Replacing the Naive Bayes with SVM
from sklearn.svm import SVC
pipeline = Pipeline([('bow', CountVectorizer()),
('Tf-IDF weights', TfidfTransformer()),('SVM classifier', SVC())])
pipeline.fit(X_train,y_train)
n_predict = pipeline.predict(X_test)
print(confusion_matrix(y_test,n_predict))

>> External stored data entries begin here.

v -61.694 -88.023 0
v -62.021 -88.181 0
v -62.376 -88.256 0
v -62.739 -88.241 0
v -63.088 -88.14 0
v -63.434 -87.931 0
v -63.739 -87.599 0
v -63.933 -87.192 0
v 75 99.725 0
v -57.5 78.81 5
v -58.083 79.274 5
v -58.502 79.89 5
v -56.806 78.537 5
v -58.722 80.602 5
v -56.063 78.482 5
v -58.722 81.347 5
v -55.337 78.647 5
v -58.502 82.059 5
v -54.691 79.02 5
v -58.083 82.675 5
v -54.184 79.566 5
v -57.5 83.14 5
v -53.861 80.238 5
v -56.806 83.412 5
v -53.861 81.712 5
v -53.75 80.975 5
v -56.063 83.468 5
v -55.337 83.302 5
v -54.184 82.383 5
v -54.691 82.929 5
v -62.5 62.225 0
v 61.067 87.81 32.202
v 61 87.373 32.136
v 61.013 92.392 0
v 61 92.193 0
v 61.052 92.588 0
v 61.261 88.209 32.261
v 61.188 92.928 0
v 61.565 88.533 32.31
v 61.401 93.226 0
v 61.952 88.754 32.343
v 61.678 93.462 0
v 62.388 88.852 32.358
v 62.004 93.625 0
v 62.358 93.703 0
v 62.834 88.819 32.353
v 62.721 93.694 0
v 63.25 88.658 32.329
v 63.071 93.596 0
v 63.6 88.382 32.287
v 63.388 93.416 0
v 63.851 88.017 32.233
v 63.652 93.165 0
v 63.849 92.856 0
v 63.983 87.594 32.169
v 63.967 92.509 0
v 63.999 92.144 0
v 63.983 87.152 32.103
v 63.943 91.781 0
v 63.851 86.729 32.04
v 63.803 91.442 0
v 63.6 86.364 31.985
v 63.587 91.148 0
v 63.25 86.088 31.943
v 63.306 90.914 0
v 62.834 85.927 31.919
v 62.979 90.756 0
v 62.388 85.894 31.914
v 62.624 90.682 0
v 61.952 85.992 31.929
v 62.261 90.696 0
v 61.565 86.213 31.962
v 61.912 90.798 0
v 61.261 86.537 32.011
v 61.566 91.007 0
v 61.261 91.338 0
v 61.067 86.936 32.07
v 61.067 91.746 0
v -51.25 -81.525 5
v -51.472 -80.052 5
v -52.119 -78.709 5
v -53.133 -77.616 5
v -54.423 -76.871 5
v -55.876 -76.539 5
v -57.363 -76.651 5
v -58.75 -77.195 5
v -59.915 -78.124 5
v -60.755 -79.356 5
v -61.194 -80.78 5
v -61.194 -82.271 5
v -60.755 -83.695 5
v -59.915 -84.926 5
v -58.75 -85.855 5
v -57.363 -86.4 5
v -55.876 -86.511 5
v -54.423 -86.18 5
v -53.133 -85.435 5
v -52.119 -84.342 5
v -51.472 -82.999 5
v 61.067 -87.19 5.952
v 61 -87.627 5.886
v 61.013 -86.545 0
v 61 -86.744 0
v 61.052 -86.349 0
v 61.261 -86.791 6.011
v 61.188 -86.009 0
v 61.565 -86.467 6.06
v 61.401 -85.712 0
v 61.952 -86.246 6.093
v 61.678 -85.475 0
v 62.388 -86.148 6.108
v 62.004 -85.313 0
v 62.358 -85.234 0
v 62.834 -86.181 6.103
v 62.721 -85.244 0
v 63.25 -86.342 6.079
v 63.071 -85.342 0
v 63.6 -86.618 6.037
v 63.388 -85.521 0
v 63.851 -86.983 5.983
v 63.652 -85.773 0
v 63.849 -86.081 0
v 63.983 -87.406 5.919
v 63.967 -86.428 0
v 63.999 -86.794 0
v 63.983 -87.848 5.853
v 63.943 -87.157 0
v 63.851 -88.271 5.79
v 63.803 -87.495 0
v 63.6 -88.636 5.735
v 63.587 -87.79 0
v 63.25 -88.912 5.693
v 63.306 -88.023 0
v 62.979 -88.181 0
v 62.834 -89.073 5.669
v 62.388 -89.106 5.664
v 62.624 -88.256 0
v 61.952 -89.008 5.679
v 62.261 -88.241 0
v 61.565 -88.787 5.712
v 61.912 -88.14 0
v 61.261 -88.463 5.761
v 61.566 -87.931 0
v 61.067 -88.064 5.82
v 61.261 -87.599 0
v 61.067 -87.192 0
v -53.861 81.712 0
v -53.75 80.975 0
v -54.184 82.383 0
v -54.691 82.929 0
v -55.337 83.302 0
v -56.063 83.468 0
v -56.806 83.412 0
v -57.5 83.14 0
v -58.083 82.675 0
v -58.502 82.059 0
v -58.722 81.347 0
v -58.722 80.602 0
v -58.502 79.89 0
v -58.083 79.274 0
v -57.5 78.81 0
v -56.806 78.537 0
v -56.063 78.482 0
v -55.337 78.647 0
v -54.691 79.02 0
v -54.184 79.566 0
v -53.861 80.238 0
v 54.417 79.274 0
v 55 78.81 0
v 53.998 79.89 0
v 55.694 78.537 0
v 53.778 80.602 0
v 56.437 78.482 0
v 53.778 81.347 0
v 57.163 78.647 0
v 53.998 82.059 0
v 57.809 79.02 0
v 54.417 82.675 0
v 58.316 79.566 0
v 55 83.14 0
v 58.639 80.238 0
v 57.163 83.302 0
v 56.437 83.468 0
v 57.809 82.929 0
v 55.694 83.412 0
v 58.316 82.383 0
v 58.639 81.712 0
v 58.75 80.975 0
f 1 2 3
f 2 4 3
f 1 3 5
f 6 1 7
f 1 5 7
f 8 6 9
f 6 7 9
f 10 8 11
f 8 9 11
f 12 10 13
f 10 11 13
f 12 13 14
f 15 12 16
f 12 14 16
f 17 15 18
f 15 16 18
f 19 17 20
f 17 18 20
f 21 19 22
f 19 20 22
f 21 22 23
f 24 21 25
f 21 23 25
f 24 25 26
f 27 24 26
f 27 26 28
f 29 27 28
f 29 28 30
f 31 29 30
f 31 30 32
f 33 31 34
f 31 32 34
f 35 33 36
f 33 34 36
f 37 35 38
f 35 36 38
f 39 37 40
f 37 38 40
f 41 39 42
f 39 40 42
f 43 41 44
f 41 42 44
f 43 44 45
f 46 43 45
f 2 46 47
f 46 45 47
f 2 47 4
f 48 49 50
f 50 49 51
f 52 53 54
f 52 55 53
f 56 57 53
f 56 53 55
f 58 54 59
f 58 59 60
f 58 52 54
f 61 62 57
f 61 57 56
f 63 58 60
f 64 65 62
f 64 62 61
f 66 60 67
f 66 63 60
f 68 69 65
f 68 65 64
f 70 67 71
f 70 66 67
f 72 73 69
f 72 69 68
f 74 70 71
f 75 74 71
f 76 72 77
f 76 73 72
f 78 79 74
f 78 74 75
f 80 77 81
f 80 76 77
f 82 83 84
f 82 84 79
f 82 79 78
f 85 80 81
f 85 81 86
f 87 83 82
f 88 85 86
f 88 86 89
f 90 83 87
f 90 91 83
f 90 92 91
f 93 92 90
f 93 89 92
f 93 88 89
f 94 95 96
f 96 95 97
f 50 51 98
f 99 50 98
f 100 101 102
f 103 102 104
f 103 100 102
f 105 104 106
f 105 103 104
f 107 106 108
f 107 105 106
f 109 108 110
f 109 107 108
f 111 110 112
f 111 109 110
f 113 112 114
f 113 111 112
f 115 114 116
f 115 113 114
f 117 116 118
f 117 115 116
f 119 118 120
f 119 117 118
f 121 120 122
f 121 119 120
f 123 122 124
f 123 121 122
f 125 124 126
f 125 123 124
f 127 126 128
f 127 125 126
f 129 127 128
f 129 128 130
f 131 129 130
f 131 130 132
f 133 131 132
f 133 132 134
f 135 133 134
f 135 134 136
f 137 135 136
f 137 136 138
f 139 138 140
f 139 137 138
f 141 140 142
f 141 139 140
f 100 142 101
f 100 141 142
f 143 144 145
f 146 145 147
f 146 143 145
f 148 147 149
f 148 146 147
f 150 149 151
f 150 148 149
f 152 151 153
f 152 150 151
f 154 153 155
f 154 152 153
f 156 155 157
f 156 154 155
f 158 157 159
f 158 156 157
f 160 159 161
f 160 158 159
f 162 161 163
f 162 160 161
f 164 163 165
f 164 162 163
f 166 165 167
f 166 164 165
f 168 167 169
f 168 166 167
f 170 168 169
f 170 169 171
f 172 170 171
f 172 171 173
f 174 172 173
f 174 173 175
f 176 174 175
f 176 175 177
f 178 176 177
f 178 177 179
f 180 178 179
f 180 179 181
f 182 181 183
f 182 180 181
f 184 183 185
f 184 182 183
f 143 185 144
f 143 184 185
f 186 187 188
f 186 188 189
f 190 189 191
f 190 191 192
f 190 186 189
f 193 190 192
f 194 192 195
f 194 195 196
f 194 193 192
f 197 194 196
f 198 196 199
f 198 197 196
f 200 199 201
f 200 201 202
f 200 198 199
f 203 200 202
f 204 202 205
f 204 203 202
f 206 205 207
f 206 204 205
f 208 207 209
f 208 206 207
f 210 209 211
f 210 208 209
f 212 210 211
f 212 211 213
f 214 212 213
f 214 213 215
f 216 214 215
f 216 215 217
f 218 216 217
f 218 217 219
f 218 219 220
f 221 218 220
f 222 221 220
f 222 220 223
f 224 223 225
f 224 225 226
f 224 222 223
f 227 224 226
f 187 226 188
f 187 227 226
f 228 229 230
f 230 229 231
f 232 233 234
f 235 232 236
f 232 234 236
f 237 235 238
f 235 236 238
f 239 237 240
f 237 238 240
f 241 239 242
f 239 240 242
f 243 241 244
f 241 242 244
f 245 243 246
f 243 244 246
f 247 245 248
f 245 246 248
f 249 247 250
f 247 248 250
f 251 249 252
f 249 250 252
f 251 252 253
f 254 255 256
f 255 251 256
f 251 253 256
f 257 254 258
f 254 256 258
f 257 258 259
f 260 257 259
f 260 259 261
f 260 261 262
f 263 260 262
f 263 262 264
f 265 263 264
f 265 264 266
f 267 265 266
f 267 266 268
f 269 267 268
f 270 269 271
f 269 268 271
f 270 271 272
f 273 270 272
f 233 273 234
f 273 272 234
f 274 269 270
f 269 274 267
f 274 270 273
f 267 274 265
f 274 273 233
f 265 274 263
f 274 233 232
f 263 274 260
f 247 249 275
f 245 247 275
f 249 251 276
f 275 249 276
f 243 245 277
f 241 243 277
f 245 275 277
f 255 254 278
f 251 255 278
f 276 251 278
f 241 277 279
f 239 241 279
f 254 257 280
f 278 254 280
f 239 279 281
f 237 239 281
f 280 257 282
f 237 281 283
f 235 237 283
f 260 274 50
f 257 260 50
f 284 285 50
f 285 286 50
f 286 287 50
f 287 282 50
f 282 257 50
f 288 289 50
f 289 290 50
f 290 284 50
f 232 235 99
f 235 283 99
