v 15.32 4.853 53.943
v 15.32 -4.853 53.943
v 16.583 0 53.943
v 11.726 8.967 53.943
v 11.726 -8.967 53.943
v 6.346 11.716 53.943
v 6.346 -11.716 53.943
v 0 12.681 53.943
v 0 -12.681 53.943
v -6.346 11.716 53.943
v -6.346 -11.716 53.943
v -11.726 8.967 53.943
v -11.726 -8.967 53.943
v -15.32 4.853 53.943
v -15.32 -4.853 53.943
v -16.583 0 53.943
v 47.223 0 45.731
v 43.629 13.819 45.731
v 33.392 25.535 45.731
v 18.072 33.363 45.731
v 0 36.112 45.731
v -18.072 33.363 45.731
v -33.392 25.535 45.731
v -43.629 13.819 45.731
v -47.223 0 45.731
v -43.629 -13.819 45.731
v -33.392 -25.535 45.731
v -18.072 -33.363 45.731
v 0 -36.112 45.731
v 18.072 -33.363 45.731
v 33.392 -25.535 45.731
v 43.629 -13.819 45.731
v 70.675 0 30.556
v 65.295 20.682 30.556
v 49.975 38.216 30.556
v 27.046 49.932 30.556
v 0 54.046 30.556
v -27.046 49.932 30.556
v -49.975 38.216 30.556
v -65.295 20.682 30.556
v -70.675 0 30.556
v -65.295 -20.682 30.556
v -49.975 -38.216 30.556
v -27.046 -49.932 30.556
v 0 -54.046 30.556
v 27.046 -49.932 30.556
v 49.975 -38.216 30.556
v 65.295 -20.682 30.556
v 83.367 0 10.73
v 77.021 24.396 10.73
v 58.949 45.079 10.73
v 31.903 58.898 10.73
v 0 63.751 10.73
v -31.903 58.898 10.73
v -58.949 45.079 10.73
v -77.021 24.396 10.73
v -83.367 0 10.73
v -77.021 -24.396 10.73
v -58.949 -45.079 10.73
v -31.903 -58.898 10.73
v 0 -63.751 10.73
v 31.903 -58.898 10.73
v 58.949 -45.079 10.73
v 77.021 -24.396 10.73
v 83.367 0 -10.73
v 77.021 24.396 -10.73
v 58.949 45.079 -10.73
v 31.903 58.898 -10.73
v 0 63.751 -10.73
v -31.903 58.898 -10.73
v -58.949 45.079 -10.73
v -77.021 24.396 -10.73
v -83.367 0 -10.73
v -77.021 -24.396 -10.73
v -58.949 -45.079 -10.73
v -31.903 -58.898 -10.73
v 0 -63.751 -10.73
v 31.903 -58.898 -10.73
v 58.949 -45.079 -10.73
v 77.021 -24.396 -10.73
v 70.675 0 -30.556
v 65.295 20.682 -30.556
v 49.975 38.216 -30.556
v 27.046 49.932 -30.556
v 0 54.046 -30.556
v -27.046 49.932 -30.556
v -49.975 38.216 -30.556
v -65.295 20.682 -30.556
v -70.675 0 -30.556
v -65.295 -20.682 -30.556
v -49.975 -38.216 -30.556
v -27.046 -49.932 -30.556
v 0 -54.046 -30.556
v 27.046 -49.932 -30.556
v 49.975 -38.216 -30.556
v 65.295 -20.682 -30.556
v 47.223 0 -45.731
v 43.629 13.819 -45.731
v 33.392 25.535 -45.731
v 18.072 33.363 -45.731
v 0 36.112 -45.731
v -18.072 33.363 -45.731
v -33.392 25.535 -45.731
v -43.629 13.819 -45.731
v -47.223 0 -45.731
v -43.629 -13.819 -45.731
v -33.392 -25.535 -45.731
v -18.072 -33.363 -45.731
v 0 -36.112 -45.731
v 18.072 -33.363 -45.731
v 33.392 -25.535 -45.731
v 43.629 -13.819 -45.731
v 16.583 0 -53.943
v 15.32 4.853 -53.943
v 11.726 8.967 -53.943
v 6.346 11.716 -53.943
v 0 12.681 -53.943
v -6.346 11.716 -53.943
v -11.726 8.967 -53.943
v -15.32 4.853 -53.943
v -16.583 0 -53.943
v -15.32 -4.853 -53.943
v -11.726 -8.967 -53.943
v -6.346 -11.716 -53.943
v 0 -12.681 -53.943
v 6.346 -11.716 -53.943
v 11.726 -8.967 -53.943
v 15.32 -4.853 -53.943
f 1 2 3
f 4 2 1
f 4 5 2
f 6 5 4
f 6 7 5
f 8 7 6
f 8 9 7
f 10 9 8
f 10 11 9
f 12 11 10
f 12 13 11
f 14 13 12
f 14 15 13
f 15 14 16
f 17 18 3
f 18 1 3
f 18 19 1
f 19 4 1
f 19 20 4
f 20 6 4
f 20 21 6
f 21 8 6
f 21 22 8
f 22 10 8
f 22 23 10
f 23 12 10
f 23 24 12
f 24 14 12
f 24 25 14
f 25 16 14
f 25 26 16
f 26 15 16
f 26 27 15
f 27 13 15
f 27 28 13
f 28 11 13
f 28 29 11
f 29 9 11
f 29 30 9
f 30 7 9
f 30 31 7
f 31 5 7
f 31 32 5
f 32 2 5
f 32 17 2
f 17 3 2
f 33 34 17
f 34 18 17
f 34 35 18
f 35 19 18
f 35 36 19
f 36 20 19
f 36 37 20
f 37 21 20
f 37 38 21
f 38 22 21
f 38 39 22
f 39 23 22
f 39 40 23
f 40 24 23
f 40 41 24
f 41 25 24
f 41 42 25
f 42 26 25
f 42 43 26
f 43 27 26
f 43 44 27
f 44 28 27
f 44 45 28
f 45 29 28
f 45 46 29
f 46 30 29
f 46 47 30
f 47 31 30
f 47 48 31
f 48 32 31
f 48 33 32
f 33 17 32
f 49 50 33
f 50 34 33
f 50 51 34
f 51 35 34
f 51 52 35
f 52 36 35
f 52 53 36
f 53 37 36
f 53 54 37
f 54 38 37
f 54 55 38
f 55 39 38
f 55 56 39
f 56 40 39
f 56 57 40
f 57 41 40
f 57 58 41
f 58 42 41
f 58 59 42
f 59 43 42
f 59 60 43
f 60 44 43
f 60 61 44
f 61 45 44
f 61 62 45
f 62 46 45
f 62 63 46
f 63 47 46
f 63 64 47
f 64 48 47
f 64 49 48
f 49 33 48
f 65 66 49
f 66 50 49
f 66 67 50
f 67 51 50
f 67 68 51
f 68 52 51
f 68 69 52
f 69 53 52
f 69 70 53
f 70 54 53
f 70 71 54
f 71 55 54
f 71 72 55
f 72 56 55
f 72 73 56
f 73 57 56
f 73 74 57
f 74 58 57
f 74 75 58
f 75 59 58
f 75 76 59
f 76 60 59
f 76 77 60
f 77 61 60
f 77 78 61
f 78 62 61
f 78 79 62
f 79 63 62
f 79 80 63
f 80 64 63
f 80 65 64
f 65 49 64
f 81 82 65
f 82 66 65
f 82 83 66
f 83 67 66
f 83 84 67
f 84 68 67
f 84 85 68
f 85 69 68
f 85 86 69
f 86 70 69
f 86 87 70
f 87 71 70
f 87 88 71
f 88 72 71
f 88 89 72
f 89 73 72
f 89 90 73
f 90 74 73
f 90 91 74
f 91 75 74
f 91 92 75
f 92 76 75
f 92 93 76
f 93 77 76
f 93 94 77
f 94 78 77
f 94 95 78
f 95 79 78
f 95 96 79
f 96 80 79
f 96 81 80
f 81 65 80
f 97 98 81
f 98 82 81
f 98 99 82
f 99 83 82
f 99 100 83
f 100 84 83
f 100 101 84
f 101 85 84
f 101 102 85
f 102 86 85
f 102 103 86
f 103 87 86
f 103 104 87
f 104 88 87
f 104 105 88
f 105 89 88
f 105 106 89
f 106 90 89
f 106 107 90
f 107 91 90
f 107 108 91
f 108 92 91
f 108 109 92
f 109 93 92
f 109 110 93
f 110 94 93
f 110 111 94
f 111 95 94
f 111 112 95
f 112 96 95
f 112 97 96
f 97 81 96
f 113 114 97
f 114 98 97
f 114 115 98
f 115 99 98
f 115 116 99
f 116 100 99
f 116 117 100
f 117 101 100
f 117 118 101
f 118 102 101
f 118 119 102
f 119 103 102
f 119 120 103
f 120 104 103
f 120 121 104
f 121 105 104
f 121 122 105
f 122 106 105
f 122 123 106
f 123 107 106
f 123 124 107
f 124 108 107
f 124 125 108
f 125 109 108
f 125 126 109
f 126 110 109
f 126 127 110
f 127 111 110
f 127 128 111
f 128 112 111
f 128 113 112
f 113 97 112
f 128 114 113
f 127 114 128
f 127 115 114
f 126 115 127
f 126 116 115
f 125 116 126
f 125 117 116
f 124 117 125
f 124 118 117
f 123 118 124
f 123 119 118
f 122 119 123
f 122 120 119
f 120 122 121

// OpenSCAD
// Generated by SolidPython 1.0.1 on 2020-07-29 00:46:53


scale(v = [17, 13, 11]) {
	sphere(r = 5);
}
/***********************************************
*********      SolidPython code:      **********
************************************************
 
# import packages: SolidPython
from solid import *
from solid.utils import *
from itertools import chain, combinations, permutations


class Resize:

    def __init__(self, scad_file):
        self.scad_file = scad_file
        #self.scad_file = import_scad(scad_file)
        # cone/cylinder param:
        self.r1 = 0
        self.r2 = 0
        self.h = 0
        # rectangular prism param:
        self.w = 0
        self.l = 0
        # ellipse param:
        self.r = 0

    # import OpenScad code (file name corresponds to shape)


    # classify shape + parameters
    def assign(self, param1, param2, param3):
        if self.scad_file == 'cone.scad':
            self.r1 = param1
            self.r2 = param2
            self.h = param3
        elif self.scad_file == 'cylinder.scad':
            self.r1 = param1
            self.r2 = param2
            self.h = param3
        elif self.scad_file == 'rectangularPrism.scad':
            self.h = param1
            self.l = param2
            self.w = param3
        else:
            self.r = param1
            self.h = param2

    # resize parameters
    def iterate(self):
        x = range(3, 20, 2)
        i = 1
        if self.scad_file == 'cone.scad':
            tempList = list(permutations(x, 2))
            for temp in tempList:
                param1 = temp[0]
                param2 = temp[1]
                filepath = 'produced_scad_files/' + 'cone' + str(param1) + '_' + str(param2) + '_' + '.scad'
                scad_render_to_file(cylinder(h=param1, r1=param2, r2=0), filepath)

        elif self.scad_file == 'cylinder.scad':
            tempList = list(permutations(x, 3))
            for temp in tempList:
                param1 = temp[0]
                param2 = temp[1]
                filepath = 'produced_scad_files/' + 'cylinder' + str(param1) + '_' + str(param2) + '_' + '.scad'
                scad_render_to_file(cylinder(h=param1, r1=param2, r2=param2), filepath)

        elif self.scad_file == 'rectangularPrism.scad':
            tempList = list(permutations(x, 3))
            for temp in tempList:
                param1 = temp[0]
                param2 = temp[1]
                param3 = temp[2]
                filepath = 'produced_scad_files/' + 'rectangularPrism' + str(param1) + '_' + str(param2) + '_' + str(
                    param3) + '.scad'
                scad_render_to_file(cube(size=(param1, param2, param3)), filepath)

        elif self.scad_file == 'ellipse.scad':
            tempList = list(permutations(x, 4))
            for temp in tempList:
                param1 = temp[0]
                param2 = temp[1]
                param3 = temp[2]
                param4 = temp[3]
                filepath = 'produced_scad_files/' + 'ellipse' + str(param1) + '_' + str(param2) + '_' + str(param3) + '_' + str(param4) + '.scad'
                scad_render_to_file(scale([param1, param2, param3])(sphere(r=param4)), filepath)

    def render_to_scadfile(self):
        scad_render_to_file(scad, 'example.scad') 
 
************************************************/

#Comparing SVM and TF-IDF results with Naive Bayes without TF-IDF
print("SVM and TF-IDF")
print(classification_report(y_test,n_predict))
print('Naive Bayes \n')
print(classification_report(y_test,predict))
SVM and TF-IDF
precision recall f1-score support
1 0.96 0.59 0.73 228
5 0.91 0.99 0.95 998
accuracy 0.92 1226
macro avg 0.94 0.79 0.84 1226
weighted avg 0.92 0.92 0.91 1226
Naive Bayes
precision recall f1-score support
1 0.88 0.70 0.78 228
5 0.93 0.98 0.96 998
accuracy 0.93 1226
macro avg 0.91 0.84 0.87 1226
weighted avg 0.92 0.93 0.92 1226
Result: We were able to train and categorize reviews to 1 or 5 star ratings.
Our dataset didn’t perform well with Naive Bayes and TF-IDF processing, though applying SVM with TF-IDF gave us better precision. Only using the Naive Bayes classifier with text pre-processing also gave us great results, with a better recall rate than the former.
It depends which metric needs to be improved upon and accordingly we can choose the model to apply!